- WHAT YOU HAVE TO DO: Reproduce exactly the lines from the top of the records below through the line holding "#18=VECTOR('',#17,1.);".

(Saved entries)
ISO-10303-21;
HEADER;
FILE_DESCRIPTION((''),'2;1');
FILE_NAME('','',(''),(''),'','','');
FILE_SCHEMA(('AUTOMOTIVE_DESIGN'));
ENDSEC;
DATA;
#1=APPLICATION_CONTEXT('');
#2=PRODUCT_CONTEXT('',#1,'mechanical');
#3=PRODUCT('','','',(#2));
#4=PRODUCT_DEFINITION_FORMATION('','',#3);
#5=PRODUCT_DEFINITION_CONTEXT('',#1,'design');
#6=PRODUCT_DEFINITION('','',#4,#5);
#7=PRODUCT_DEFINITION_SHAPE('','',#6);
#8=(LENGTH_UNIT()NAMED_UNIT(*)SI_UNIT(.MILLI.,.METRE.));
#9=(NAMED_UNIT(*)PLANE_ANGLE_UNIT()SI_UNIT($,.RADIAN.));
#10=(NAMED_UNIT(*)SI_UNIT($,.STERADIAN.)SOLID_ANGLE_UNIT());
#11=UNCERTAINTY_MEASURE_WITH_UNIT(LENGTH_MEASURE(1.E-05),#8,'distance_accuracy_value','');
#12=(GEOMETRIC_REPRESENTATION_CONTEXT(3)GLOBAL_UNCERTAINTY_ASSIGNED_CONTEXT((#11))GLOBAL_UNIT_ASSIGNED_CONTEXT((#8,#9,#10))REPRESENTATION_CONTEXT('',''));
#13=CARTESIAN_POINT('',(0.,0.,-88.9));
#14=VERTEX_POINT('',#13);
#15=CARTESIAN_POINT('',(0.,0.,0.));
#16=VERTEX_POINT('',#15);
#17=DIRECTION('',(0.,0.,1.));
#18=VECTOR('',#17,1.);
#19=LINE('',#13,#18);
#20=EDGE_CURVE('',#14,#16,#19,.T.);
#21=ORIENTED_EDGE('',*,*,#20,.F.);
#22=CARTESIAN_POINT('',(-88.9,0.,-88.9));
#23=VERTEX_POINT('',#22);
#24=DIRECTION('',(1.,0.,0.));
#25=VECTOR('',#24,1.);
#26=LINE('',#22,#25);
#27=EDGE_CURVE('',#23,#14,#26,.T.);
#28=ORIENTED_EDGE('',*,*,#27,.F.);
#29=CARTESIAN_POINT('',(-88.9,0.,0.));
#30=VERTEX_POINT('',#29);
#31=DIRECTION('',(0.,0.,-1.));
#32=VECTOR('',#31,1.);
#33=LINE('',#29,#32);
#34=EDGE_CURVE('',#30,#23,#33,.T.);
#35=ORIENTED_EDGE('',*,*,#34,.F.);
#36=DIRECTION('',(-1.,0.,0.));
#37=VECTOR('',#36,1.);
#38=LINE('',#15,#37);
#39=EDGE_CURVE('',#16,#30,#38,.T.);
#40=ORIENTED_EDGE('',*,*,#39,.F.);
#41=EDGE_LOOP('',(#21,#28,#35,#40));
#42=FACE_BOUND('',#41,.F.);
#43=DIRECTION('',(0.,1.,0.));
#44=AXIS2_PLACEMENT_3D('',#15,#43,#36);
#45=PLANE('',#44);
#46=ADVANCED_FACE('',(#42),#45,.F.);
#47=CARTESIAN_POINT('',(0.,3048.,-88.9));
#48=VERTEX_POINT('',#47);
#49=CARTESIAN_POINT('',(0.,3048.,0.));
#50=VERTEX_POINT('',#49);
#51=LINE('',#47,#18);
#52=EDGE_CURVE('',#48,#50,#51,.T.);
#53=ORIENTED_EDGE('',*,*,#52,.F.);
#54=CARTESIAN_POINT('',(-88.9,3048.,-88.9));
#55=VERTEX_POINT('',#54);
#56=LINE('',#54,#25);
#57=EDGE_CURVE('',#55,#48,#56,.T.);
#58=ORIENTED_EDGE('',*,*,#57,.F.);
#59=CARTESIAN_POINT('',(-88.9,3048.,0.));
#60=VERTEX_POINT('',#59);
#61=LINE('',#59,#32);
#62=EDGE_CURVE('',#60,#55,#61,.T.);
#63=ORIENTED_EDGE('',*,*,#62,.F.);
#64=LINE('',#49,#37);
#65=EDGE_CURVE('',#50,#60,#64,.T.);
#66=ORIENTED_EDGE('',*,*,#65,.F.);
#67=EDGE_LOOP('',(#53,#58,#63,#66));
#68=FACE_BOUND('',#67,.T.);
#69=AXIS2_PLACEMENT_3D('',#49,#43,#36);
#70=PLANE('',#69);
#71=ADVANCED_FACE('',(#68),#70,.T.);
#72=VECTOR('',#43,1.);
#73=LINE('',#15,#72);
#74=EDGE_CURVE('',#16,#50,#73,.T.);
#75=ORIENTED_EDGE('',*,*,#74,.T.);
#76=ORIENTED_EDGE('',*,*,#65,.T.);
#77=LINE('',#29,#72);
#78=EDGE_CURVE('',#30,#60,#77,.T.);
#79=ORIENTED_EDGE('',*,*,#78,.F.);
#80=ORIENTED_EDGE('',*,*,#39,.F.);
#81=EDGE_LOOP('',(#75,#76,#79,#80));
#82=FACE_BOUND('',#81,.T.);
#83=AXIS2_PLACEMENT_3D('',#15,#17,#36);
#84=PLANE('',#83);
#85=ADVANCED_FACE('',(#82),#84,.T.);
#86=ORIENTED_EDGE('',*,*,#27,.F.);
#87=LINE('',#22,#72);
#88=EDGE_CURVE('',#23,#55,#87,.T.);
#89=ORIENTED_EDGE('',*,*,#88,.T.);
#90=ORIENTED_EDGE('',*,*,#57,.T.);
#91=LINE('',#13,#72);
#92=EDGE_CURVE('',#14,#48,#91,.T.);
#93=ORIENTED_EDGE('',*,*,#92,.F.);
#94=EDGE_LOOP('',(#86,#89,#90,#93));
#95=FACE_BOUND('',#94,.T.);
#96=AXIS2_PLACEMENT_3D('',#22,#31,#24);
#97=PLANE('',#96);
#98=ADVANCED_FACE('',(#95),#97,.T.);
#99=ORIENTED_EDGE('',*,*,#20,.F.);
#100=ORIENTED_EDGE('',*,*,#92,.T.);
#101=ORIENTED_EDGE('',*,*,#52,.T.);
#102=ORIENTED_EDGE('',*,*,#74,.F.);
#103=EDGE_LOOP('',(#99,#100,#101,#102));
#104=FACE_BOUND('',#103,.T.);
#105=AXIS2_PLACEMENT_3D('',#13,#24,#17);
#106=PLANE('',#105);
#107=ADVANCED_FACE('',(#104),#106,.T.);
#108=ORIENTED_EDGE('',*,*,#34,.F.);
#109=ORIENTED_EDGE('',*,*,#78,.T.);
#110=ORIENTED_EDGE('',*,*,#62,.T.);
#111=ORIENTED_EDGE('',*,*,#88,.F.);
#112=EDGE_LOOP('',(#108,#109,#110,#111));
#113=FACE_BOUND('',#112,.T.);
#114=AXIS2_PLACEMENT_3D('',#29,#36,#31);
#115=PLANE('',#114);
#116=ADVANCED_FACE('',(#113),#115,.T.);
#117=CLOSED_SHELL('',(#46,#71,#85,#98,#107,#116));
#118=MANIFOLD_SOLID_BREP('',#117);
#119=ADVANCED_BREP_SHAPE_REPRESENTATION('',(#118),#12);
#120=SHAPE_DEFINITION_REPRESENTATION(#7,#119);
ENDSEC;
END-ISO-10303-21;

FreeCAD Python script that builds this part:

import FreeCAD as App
import Part
import Sketcher

V = App.Vector
Q = App.Units.Quantity


def add_polygon(sketch, points):
    """Adds a closed chain of lines whose ends are joined by coincident constraints."""
    first, n = sketch.GeometryCount, len(points)
    for a, b in zip(points, points[1:] + points[:1]):
        sketch.addGeometry(Part.LineSegment(App.Vector(*a, 0), App.Vector(*b, 0)), False)
    for i in range(n):
        sketch.addConstraint(Sketcher.Constraint("Coincident", first + i, 2, first + (i + 1) % n, 1))

doc = App.newDocument("Part")
body = doc.addObject("PartDesign::Body", "Body")

# Sketch on XZ plane
sketch1 = body.newObject("Sketcher::SketchObject", "Sketch")
sketch1.AttachmentSupport = (doc.getObject("XZ_Plane"), [""])
sketch1.MapMode = "FlatFace"
add_polygon(sketch1, [(-89, 0), (0, 0), (0, -89), (-89, -89)])  # lines 0-3
sketch1.addConstraint([
    Sketcher.Constraint("Horizontal", 0),
    Sketcher.Constraint("Vertical", 1),
    Sketcher.Constraint("Horizontal", 2),
    Sketcher.Constraint("Vertical", 3),
    Sketcher.Constraint("Coincident", 0, 2, -1, 1),
    Sketcher.Constraint("Equal", 2, 1),
    Sketcher.Constraint("DistanceX", 0, 1, 0, 2, Q("3.5 in")),
])
pad1 = body.newObject("PartDesign::Pad", "Pad")
pad1.Profile = sketch1
pad1.Length = Q("120 in")
pad1.Reversed = True

doc.recompute()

- SOLUTION FOR THIS TASK:
ISO-10303-21;
HEADER;
FILE_DESCRIPTION((''),'2;1');
FILE_NAME('','',(''),(''),'','','');
FILE_SCHEMA(('AUTOMOTIVE_DESIGN'));
ENDSEC;
DATA;
#1=APPLICATION_CONTEXT('');
#2=PRODUCT_CONTEXT('',#1,'mechanical');
#3=PRODUCT('','','',(#2));
#4=PRODUCT_DEFINITION_FORMATION('','',#3);
#5=PRODUCT_DEFINITION_CONTEXT('',#1,'design');
#6=PRODUCT_DEFINITION('','',#4,#5);
#7=PRODUCT_DEFINITION_SHAPE('','',#6);
#8=(LENGTH_UNIT()NAMED_UNIT(*)SI_UNIT(.MILLI.,.METRE.));
#9=(NAMED_UNIT(*)PLANE_ANGLE_UNIT()SI_UNIT($,.RADIAN.));
#10=(NAMED_UNIT(*)SI_UNIT($,.STERADIAN.)SOLID_ANGLE_UNIT());
#11=UNCERTAINTY_MEASURE_WITH_UNIT(LENGTH_MEASURE(1.E-05),#8,'distance_accuracy_value','');
#12=(GEOMETRIC_REPRESENTATION_CONTEXT(3)GLOBAL_UNCERTAINTY_ASSIGNED_CONTEXT((#11))GLOBAL_UNIT_ASSIGNED_CONTEXT((#8,#9,#10))REPRESENTATION_CONTEXT('',''));
#13=CARTESIAN_POINT('',(0.,0.,-88.9));
#14=VERTEX_POINT('',#13);
#15=CARTESIAN_POINT('',(0.,0.,0.));
#16=VERTEX_POINT('',#15);
#17=DIRECTION('',(0.,0.,1.));
#18=VECTOR('',#17,1.);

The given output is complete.